WORK INSTRUCTIONS →
Go through the material below and copy each line exactly.

----

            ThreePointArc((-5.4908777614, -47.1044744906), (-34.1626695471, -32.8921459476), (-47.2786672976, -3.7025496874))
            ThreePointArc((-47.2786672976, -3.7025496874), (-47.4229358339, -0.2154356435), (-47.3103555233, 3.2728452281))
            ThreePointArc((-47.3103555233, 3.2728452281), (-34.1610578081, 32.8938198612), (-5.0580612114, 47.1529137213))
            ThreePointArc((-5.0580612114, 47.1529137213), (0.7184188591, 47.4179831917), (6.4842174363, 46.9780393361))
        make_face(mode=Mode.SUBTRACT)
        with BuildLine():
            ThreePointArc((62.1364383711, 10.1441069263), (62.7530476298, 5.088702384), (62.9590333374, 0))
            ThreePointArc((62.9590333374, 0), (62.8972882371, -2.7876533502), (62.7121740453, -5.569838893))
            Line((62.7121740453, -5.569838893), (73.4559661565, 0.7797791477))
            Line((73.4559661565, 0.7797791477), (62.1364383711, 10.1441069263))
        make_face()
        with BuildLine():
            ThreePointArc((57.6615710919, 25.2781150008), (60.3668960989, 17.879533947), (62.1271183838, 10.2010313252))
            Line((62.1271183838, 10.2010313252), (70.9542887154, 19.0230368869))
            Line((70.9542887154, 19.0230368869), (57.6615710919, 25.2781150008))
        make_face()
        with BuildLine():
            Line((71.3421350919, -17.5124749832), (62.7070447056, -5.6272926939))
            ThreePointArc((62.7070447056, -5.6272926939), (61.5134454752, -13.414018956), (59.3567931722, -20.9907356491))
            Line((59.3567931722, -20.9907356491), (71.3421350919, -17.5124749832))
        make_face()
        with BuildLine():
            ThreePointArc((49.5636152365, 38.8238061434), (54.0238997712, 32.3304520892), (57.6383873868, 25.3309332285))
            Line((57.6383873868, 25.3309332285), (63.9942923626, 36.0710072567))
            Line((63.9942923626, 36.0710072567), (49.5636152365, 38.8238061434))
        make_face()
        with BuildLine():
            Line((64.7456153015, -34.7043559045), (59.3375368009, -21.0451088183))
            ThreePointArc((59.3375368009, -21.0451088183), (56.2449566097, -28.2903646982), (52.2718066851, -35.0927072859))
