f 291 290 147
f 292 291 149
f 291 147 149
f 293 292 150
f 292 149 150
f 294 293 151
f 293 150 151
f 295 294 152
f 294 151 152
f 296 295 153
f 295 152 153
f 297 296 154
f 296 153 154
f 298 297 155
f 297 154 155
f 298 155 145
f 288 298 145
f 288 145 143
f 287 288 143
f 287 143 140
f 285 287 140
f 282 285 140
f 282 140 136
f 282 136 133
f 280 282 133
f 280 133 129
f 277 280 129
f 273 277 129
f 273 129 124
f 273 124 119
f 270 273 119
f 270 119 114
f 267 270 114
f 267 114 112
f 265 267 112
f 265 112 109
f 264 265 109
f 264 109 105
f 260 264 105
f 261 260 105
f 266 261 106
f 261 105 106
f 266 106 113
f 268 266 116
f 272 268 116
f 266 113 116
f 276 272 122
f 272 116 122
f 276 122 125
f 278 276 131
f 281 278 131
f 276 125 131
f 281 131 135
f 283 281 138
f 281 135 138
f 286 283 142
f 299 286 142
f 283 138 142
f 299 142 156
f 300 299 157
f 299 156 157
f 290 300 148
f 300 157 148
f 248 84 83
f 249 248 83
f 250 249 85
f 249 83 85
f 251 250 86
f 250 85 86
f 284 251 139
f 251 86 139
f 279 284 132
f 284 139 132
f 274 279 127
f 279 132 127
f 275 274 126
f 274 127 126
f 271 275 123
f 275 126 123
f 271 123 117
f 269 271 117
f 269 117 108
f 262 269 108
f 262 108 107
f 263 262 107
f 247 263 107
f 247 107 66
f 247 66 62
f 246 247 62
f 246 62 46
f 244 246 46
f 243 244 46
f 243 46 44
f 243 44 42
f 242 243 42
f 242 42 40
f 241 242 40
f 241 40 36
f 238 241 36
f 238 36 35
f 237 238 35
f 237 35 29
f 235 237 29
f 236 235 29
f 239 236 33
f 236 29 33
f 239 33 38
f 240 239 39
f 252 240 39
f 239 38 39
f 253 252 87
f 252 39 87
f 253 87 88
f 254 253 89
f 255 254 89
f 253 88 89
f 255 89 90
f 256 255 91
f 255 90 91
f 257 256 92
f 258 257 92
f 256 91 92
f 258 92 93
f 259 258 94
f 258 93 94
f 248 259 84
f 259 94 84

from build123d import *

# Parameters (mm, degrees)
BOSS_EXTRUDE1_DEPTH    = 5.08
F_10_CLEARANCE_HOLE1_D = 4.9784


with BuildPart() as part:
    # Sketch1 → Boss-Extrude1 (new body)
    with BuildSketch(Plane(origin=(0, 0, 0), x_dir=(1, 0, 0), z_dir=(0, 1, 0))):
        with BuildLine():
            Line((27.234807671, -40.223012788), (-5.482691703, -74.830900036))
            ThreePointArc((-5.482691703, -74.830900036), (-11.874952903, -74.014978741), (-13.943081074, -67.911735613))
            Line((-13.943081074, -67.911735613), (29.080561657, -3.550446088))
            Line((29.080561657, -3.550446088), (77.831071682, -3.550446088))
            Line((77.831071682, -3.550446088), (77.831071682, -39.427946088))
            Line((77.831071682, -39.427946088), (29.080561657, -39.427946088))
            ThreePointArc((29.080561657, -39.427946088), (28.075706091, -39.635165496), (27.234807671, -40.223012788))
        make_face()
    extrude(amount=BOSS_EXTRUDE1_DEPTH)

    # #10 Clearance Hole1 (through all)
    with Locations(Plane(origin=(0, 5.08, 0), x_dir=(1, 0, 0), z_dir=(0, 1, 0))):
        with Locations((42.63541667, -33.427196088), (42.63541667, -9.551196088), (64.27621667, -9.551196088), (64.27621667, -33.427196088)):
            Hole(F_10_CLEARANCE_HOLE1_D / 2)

----

EXERCISE OUTPUT →
            ThreePointArc((-5.4908777614, -47.1044744906), (-34.1626695471, -32.8921459476), (-47.2786672976, -3.7025496874))
            ThreePointArc((-47.2786672976, -3.7025496874), (-47.4229358339, -0.2154356435), (-47.3103555233, 3.2728452281))
            ThreePointArc((-47.3103555233, 3.2728452281), (-34.1610578081, 32.8938198612), (-5.0580612114, 47.1529137213))
            ThreePointArc((-5.0580612114, 47.1529137213), (0.7184188591, 47.4179831917), (6.4842174363, 46.9780393361))
        make_face(mode=Mode.SUBTRACT)
        with BuildLine():
            ThreePointArc((62.1364383711, 10.1441069263), (62.7530476298, 5.088702384), (62.9590333374, 0))
            ThreePointArc((62.9590333374, 0), (62.8972882371, -2.7876533502), (62.7121740453, -5.569838893))
            Line((62.7121740453, -5.569838893), (73.4559661565, 0.7797791477))
            Line((73.4559661565, 0.7797791477), (62.1364383711, 10.1441069263))
        make_face()
        with BuildLine():
            ThreePointArc((57.6615710919, 25.2781150008), (60.3668960989, 17.879533947), (62.1271183838, 10.2010313252))
            Line((62.1271183838, 10.2010313252), (70.9542887154, 19.0230368869))
            Line((70.9542887154, 19.0230368869), (57.6615710919, 25.2781150008))
        make_face()
        with BuildLine():
            Line((71.3421350919, -17.5124749832), (62.7070447056, -5.6272926939))
            ThreePointArc((62.7070447056, -5.6272926939), (61.5134454752, -13.414018956), (59.3567931722, -20.9907356491))
            Line((59.3567931722, -20.9907356491), (71.3421350919, -17.5124749832))
        make_face()
        with BuildLine():
            ThreePointArc((49.5636152365, 38.8238061434), (54.0238997712, 32.3304520892), (57.6383873868, 25.3309332285))
            Line((57.6383873868, 25.3309332285), (63.9942923626, 36.0710072567))
            Line((63.9942923626, 36.0710072567), (49.5636152365, 38.8238061434))
        make_face()
        with BuildLine():
            Line((64.7456153015, -34.7043559045), (59.3375368009, -21.0451088183))
            ThreePointArc((59.3375368009, -21.0451088183), (56.2449566097, -28.2903646982), (52.2718066851, -35.0927072859))
f 291 290 147
f 292 291 149
f 291 147 149
f 293 292 150
f 292 149 150
f 294 293 151
f 293 150 151
f 295 294 152
f 294 151 152
f 296 295 153
f 295 152 153
f 297 296 154
f 296 153 154
f 298 297 155
f 297 154 155
f 298 155 145
f 288 298 145
f 288 145 143
f 287 288 143
f 287 143 140
f 285 287 140
f 282 285 140
f 282 140 136
f 282 136 133
f 280 282 133
f 280 133 129
f 277 280 129
f 273 277 129
f 273 129 124
f 273 124 119
f 270 273 119
f 270 119 114
f 267 270 114
f 267 114 112
f 265 267 112
f 265 112 109
f 264 265 109
f 264 109 105
f 260 264 105
f 261 260 105
f 266 261 106
f 261 105 106
f 266 106 113
f 268 266 116
f 272 268 116
f 266 113 116
f 276 272 122
f 272 116 122
f 276 122 125
f 278 276 131
f 281 278 131
f 276 125 131
f 281 131 135
f 283 281 138
f 281 135 138
f 286 283 142
f 299 286 142
f 283 138 142
f 299 142 156
f 300 299 157
f 299 156 157
f 290 300 148
f 300 157 148
f 248 84 83
f 249 248 83
f 250 249 85
f 249 83 85
f 251 250 86
f 250 85 86
f 284 251 139
f 251 86 139
f 279 284 132
f 284 139 132
f 274 279 127
f 279 132 127
f 275 274 126
f 274 127 126
f 271 275 123
f 275 126 123
f 271 123 117
f 269 271 117
f 269 117 108
f 262 269 108
f 262 108 107
f 263 262 107
f 247 263 107
f 247 107 66
f 247 66 62
f 246 247 62
f 246 62 46
f 244 246 46
f 243 244 46
f 243 46 44
f 243 44 42
f 242 243 42
f 242 42 40
f 241 242 40
f 241 40 36
f 238 241 36
f 238 36 35
f 237 238 35
f 237 35 29
f 235 237 29
f 236 235 29
f 239 236 33
f 236 29 33
f 239 33 38
f 240 239 39
f 252 240 39
f 239 38 39
f 253 252 87
f 252 39 87
f 253 87 88
f 254 253 89
f 255 254 89
f 253 88 89
f 255 89 90
f 256 255 91
f 255 90 91
f 257 256 92
f 258 257 92
f 256 91 92
f 258 92 93
f 259 258 94
f 258 93 94
f 248 259 84
f 259 94 84

from build123d import *

# Parameters (mm, degrees)
BOSS_EXTRUDE1_DEPTH    = 5.08
F_10_CLEARANCE_HOLE1_D = 4.9784


with BuildPart() as part:
    # Sketch1 → Boss-Extrude1 (new body)
    with BuildSketch(Plane(origin=(0, 0, 0), x_dir=(1, 0, 0), z_dir=(0, 1, 0))):
        with BuildLine():
            Line((27.234807671, -40.223012788), (-5.482691703, -74.830900036))
            ThreePointArc((-5.482691703, -74.830900036), (-11.874952903, -74.014978741), (-13.943081074, -67.911735613))
            Line((-13.943081074, -67.911735613), (29.080561657, -3.550446088))
            Line((29.080561657, -3.550446088), (77.831071682, -3.550446088))
            Line((77.831071682, -3.550446088), (77.831071682, -39.427946088))
            Line((77.831071682, -39.427946088), (29.080561657, -39.427946088))
            ThreePointArc((29.080561657, -39.427946088), (28.075706091, -39.635165496), (27.234807671, -40.223012788))
        make_face()
    extrude(amount=BOSS_EXTRUDE1_DEPTH)

    # #10 Clearance Hole1 (through all)
    with Locations(Plane(origin=(0, 5.08, 0), x_dir=(1, 0, 0), z_dir=(0, 1, 0))):
        with Locations((42.63541667, -33.427196088), (42.63541667, -9.551196088), (64.27621667, -9.551196088), (64.27621667, -33.427196088)):
            Hole(F_10_CLEARANCE_HOLE1_D / 2)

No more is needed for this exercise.